EXERCISE INSTRUCTIONS: From the listing, collect all lines containing the word "Locations".

WORKING DATA:
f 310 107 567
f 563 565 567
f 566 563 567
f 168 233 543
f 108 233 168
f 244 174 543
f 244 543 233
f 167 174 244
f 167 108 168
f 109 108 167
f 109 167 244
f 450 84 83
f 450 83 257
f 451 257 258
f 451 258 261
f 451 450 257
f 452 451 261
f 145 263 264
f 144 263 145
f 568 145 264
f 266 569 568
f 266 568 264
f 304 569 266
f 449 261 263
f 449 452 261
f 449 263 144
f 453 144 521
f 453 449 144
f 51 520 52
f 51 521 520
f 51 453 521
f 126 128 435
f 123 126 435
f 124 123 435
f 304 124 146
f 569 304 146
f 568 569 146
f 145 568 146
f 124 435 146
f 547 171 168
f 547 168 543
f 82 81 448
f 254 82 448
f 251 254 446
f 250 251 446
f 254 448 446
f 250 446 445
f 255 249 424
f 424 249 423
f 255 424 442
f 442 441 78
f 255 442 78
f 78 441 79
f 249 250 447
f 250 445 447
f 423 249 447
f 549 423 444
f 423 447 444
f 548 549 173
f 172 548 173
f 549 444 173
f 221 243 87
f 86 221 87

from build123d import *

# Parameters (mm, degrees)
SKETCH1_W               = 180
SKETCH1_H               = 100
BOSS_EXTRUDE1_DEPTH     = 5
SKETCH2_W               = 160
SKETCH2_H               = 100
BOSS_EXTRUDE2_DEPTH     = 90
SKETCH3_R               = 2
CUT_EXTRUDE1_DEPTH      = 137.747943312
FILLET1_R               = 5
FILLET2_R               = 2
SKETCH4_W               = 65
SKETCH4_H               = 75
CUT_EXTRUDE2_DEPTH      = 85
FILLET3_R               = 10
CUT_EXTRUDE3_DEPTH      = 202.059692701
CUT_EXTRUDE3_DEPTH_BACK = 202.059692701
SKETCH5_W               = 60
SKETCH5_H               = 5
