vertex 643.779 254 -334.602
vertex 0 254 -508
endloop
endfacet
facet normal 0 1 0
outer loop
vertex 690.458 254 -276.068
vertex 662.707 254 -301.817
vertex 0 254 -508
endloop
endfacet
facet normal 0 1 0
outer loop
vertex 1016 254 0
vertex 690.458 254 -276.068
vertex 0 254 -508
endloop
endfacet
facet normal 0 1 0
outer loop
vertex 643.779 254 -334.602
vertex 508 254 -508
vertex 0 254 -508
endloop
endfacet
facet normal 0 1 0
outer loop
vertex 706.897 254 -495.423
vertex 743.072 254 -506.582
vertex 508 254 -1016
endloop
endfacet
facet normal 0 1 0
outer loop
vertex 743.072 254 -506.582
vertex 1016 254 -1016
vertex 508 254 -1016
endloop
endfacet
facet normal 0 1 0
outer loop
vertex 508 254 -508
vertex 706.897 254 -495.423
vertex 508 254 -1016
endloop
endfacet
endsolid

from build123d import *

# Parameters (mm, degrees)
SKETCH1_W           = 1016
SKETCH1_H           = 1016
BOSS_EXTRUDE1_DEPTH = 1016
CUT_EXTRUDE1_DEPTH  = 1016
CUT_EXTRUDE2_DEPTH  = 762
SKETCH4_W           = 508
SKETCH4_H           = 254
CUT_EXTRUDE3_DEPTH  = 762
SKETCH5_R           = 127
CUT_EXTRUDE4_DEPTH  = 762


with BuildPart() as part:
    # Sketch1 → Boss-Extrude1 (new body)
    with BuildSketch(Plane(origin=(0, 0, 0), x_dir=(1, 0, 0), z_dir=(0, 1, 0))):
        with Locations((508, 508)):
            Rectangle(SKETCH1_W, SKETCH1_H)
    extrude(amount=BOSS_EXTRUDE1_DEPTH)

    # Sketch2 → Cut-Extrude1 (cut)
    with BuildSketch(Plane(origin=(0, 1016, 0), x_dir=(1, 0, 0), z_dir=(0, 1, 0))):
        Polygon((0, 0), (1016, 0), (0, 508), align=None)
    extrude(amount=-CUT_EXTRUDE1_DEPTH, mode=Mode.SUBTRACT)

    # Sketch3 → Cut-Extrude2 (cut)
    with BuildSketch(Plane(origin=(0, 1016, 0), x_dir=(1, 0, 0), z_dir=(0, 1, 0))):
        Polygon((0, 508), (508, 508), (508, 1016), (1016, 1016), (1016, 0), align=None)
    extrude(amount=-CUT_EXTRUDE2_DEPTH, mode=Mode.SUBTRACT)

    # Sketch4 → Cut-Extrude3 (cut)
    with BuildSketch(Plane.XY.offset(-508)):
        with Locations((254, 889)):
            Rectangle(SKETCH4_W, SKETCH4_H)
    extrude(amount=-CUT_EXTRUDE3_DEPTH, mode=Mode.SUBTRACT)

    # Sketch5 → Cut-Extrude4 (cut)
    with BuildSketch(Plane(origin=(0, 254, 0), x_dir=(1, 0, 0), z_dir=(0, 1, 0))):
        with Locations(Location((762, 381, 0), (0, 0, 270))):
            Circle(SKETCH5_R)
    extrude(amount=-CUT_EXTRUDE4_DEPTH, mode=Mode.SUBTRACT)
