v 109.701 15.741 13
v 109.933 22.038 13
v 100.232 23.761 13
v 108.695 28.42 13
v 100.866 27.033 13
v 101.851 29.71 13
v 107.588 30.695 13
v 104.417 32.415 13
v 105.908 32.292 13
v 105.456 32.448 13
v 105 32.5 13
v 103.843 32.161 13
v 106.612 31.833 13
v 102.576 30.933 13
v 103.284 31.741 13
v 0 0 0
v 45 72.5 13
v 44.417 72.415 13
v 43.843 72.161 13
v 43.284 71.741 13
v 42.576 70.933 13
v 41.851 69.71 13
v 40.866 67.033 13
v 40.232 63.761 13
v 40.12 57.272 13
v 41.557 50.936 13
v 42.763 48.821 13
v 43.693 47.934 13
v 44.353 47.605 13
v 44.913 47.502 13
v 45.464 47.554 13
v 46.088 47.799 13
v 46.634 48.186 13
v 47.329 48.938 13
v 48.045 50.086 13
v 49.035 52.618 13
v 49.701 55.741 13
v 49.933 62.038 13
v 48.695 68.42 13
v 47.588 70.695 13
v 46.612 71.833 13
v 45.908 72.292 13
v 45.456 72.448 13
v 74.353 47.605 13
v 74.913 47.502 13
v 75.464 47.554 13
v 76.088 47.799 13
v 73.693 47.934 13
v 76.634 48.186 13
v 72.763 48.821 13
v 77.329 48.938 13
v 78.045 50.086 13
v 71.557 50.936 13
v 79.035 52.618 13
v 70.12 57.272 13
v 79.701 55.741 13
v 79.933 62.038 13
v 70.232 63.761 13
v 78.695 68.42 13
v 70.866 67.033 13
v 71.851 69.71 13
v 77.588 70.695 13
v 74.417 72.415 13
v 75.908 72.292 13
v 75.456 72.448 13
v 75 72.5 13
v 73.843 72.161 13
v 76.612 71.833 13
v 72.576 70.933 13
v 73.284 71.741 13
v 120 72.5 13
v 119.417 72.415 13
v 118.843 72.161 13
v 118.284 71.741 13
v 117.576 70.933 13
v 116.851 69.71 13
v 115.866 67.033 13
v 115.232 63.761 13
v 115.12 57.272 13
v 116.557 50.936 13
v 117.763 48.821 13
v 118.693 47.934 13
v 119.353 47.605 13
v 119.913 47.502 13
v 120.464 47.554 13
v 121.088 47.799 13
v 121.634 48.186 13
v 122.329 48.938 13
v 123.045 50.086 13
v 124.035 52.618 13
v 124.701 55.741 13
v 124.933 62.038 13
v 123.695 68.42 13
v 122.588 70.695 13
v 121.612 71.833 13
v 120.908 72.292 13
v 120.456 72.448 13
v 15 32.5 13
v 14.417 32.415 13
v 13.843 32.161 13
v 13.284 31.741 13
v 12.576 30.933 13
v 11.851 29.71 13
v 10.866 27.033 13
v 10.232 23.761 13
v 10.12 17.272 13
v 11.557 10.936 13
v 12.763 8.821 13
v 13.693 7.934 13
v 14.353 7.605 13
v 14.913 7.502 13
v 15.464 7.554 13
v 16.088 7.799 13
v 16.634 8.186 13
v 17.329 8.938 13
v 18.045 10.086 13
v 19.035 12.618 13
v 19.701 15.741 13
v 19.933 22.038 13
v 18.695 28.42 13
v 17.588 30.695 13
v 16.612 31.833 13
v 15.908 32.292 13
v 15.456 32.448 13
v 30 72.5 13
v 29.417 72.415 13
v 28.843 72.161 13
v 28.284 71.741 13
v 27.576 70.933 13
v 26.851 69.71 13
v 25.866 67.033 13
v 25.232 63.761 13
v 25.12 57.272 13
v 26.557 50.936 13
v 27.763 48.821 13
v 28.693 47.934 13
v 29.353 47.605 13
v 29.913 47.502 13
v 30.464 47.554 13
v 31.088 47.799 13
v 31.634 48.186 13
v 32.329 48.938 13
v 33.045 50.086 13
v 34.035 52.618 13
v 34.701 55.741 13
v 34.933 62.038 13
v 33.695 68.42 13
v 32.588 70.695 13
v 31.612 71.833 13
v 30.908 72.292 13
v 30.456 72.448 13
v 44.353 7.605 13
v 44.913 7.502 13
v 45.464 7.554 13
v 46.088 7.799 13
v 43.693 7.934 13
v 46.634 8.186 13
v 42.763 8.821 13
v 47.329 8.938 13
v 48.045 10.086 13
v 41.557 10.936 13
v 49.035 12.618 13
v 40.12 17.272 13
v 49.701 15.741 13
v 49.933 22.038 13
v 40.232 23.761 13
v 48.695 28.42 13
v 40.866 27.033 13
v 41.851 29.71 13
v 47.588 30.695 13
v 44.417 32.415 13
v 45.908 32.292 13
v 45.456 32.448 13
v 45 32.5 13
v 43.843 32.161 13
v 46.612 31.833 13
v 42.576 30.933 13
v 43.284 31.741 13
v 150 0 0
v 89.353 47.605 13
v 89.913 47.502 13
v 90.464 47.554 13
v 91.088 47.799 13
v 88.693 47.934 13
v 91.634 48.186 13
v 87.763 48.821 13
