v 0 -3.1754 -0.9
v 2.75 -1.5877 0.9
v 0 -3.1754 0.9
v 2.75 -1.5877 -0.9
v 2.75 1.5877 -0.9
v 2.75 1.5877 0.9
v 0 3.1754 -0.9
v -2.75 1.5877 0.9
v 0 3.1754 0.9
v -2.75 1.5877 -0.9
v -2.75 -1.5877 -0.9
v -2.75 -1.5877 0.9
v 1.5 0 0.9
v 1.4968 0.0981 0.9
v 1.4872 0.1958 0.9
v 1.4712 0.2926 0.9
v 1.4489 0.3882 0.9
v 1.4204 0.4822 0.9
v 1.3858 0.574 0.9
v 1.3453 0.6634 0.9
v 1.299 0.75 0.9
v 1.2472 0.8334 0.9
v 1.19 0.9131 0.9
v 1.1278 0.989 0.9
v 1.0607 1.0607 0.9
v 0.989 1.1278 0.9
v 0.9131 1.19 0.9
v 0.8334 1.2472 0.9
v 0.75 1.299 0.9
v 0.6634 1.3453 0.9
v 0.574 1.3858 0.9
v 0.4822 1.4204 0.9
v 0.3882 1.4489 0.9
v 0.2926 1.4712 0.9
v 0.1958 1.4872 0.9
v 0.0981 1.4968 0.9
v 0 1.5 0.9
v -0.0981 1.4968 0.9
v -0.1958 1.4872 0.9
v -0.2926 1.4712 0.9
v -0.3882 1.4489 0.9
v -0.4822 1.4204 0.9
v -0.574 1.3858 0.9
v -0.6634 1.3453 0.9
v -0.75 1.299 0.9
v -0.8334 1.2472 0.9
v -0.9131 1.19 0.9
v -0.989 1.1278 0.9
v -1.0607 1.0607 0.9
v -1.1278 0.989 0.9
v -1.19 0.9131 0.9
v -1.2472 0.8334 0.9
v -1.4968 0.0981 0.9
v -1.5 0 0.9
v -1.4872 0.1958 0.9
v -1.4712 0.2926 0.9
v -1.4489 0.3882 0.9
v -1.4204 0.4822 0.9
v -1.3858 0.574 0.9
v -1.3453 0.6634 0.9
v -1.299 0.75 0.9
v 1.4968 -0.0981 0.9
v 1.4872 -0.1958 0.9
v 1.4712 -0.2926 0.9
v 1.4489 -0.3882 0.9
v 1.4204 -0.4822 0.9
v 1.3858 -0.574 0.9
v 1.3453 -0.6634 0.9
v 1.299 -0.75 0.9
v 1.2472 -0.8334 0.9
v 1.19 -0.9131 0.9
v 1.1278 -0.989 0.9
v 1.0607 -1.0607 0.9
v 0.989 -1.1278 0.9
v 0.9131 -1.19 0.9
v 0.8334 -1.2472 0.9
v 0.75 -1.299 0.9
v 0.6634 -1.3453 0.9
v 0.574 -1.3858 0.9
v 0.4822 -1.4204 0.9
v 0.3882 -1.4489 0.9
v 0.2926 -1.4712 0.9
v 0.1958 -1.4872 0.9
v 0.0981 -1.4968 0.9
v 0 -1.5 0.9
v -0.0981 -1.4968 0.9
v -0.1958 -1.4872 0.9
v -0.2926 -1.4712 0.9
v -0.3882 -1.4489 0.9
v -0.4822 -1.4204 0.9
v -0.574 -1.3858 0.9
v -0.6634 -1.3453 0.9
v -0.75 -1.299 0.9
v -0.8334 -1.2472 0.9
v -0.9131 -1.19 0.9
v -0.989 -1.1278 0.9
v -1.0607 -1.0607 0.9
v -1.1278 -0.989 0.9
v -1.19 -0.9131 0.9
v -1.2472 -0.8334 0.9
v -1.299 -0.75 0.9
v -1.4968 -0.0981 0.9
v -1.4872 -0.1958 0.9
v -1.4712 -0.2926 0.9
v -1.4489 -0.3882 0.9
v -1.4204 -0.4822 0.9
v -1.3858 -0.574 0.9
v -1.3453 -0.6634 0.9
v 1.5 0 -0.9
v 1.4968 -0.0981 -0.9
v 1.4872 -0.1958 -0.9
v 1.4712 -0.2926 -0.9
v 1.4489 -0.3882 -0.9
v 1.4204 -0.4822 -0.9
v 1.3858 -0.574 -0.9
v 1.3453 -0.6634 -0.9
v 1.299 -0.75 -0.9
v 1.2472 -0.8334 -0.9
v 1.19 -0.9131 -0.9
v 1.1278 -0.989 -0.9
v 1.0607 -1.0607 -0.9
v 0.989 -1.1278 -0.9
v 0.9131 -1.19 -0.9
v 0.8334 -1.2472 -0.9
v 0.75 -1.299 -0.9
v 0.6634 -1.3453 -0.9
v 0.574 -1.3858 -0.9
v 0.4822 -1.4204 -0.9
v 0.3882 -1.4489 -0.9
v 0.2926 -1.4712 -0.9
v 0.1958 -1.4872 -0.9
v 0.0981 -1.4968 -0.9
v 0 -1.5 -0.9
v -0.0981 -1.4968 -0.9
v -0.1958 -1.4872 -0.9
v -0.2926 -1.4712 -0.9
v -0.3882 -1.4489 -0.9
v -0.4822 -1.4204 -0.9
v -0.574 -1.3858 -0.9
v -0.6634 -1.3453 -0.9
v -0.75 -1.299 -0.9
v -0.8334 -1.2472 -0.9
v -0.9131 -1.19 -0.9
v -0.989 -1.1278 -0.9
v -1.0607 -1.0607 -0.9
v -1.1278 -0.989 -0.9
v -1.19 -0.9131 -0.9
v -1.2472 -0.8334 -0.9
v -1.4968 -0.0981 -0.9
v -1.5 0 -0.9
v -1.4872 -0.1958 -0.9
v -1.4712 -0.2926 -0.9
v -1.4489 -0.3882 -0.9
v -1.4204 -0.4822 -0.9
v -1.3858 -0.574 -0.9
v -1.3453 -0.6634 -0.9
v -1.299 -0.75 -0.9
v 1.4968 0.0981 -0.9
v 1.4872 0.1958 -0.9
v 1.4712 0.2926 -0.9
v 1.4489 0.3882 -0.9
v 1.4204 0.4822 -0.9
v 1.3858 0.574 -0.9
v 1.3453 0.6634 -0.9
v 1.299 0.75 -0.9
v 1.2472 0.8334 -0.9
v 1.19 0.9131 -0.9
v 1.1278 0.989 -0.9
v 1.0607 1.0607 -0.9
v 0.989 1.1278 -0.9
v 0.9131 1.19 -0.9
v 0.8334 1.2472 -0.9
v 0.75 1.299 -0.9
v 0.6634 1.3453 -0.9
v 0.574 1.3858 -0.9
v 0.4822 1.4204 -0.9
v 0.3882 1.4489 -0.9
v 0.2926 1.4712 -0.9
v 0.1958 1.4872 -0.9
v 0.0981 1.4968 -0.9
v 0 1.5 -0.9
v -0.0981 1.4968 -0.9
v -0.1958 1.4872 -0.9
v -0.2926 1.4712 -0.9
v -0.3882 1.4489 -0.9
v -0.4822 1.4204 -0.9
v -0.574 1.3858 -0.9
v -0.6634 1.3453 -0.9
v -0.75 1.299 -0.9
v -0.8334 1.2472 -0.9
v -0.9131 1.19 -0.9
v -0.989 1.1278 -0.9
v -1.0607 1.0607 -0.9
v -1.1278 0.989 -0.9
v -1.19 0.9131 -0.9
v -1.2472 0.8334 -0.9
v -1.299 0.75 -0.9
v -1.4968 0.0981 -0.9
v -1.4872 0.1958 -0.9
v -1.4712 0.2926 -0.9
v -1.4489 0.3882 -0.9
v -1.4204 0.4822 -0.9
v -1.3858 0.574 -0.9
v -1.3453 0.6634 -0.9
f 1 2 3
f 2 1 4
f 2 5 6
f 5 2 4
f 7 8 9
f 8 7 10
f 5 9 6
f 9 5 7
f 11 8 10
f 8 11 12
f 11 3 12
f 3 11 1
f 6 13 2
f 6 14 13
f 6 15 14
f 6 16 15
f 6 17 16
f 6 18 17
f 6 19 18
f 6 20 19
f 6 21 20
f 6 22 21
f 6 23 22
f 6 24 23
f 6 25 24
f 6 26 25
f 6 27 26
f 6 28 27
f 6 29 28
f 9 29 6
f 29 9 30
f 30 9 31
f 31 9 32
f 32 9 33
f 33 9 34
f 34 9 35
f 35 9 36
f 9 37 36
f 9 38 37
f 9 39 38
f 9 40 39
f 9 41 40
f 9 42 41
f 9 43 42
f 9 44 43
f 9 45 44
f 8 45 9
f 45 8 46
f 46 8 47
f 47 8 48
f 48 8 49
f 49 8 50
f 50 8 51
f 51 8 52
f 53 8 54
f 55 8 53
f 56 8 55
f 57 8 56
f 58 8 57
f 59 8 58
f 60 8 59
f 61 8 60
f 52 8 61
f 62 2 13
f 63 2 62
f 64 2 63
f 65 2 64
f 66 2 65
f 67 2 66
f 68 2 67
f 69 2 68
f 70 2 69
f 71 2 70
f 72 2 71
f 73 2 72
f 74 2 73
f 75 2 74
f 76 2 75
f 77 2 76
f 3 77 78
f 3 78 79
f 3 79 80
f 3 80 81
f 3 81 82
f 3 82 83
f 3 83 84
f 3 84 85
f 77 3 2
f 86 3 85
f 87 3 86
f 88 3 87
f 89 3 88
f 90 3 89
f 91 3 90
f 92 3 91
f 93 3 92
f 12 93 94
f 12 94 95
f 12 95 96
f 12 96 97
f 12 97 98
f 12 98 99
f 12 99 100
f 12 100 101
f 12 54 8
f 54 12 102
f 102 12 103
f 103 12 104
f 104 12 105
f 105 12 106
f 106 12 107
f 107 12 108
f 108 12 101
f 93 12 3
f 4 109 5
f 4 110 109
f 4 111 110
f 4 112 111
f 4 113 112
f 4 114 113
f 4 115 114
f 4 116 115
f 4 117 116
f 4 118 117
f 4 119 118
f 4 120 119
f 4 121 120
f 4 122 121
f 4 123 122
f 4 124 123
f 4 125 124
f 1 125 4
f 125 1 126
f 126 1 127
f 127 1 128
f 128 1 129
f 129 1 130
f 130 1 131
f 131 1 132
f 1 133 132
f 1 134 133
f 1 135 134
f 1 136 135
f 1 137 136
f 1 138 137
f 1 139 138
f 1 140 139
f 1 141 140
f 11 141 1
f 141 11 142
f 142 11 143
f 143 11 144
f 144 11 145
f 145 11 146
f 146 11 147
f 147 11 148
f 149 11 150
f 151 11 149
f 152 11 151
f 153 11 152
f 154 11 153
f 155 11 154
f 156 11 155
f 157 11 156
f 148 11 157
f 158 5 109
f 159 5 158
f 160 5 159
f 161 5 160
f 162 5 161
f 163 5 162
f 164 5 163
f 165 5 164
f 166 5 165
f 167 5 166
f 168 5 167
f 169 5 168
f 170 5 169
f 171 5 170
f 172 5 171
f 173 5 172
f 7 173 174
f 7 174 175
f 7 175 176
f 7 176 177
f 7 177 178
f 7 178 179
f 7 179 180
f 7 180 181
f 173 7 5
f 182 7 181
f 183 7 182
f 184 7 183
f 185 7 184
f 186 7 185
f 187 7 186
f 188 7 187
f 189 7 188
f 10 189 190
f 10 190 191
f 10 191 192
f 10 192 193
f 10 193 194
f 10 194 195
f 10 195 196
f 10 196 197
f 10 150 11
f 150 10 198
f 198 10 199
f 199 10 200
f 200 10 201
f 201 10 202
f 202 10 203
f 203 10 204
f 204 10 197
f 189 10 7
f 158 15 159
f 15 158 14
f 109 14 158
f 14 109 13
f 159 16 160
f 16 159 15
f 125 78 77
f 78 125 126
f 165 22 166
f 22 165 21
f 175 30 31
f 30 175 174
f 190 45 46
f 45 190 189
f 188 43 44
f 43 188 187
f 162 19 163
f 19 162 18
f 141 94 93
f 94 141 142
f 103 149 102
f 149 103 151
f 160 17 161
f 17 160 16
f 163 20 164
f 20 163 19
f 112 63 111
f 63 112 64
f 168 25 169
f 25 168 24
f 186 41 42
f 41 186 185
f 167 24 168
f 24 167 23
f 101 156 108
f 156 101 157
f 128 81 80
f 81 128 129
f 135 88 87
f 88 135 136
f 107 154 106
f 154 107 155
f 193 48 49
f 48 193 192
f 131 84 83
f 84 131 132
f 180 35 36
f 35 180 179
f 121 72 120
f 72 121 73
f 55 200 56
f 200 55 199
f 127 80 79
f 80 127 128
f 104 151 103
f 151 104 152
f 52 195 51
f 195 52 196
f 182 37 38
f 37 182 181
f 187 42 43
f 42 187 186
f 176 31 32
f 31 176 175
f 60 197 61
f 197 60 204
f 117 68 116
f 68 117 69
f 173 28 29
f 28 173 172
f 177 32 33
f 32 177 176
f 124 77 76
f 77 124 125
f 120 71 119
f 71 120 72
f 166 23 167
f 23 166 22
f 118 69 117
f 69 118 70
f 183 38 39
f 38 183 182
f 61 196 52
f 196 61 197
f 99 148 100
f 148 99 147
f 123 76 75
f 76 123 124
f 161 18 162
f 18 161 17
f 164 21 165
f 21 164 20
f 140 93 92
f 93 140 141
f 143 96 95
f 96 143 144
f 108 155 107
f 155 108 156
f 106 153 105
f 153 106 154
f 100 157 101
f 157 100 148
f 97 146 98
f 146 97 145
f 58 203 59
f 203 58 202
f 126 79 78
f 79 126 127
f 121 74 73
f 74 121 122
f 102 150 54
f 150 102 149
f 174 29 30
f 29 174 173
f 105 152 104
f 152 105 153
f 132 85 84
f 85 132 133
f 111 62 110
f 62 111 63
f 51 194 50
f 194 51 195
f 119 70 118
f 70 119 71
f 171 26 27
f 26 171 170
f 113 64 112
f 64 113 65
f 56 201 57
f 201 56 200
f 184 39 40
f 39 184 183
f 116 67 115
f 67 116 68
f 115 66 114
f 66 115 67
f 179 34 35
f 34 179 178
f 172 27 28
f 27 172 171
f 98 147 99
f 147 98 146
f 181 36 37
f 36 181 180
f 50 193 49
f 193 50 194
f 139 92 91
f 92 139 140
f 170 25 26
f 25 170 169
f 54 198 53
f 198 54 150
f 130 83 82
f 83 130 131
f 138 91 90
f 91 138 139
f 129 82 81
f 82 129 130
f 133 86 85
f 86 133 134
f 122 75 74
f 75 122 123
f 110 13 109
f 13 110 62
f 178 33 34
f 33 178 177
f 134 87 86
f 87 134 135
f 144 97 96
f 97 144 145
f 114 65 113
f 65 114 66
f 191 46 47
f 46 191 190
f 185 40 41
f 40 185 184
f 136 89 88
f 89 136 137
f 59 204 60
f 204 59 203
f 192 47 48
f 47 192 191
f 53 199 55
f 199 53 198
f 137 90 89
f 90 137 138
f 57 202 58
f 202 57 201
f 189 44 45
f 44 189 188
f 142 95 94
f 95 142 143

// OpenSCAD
$fn = 96;

// Target dimensions
af = 5.5;          // across flats (mm)
thickness = 1.8;   // nut thickness (mm)
hole_d = 3.0;      // through-hole diameter for M3 clearance (mm)

// Derived
hex_R = af / sqrt(3);          // circumradius for a hex with given across-flats
hole_r = hole_d / 2;
eps = 0.02;

module hex_prism(af, h) {
    // Use cylinder with $fn=6; r is circumradius. Rotate so flats are horizontal.
    rotate([0, 0, 30])
        cylinder(h = h, r = af / sqrt(3), center = true, $fn = 6);
}

module through_hole(r, h) {
    cylinder(h = h, r = r, center = true);
}

module nut() {
    difference() {
        hex_prism(af, thickness);

        // Ensure the cut fully passes through (no coplanar faces)
        through_hole(hole_r, thickness + 2*eps);
    }
}

nut();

SOLUTION TO THIS EXERCISE:
        with Locations((508, 508)):
        with Locations((254, 889)):
        with Locations(Location((762, 381, 0), (0, 0, 270))):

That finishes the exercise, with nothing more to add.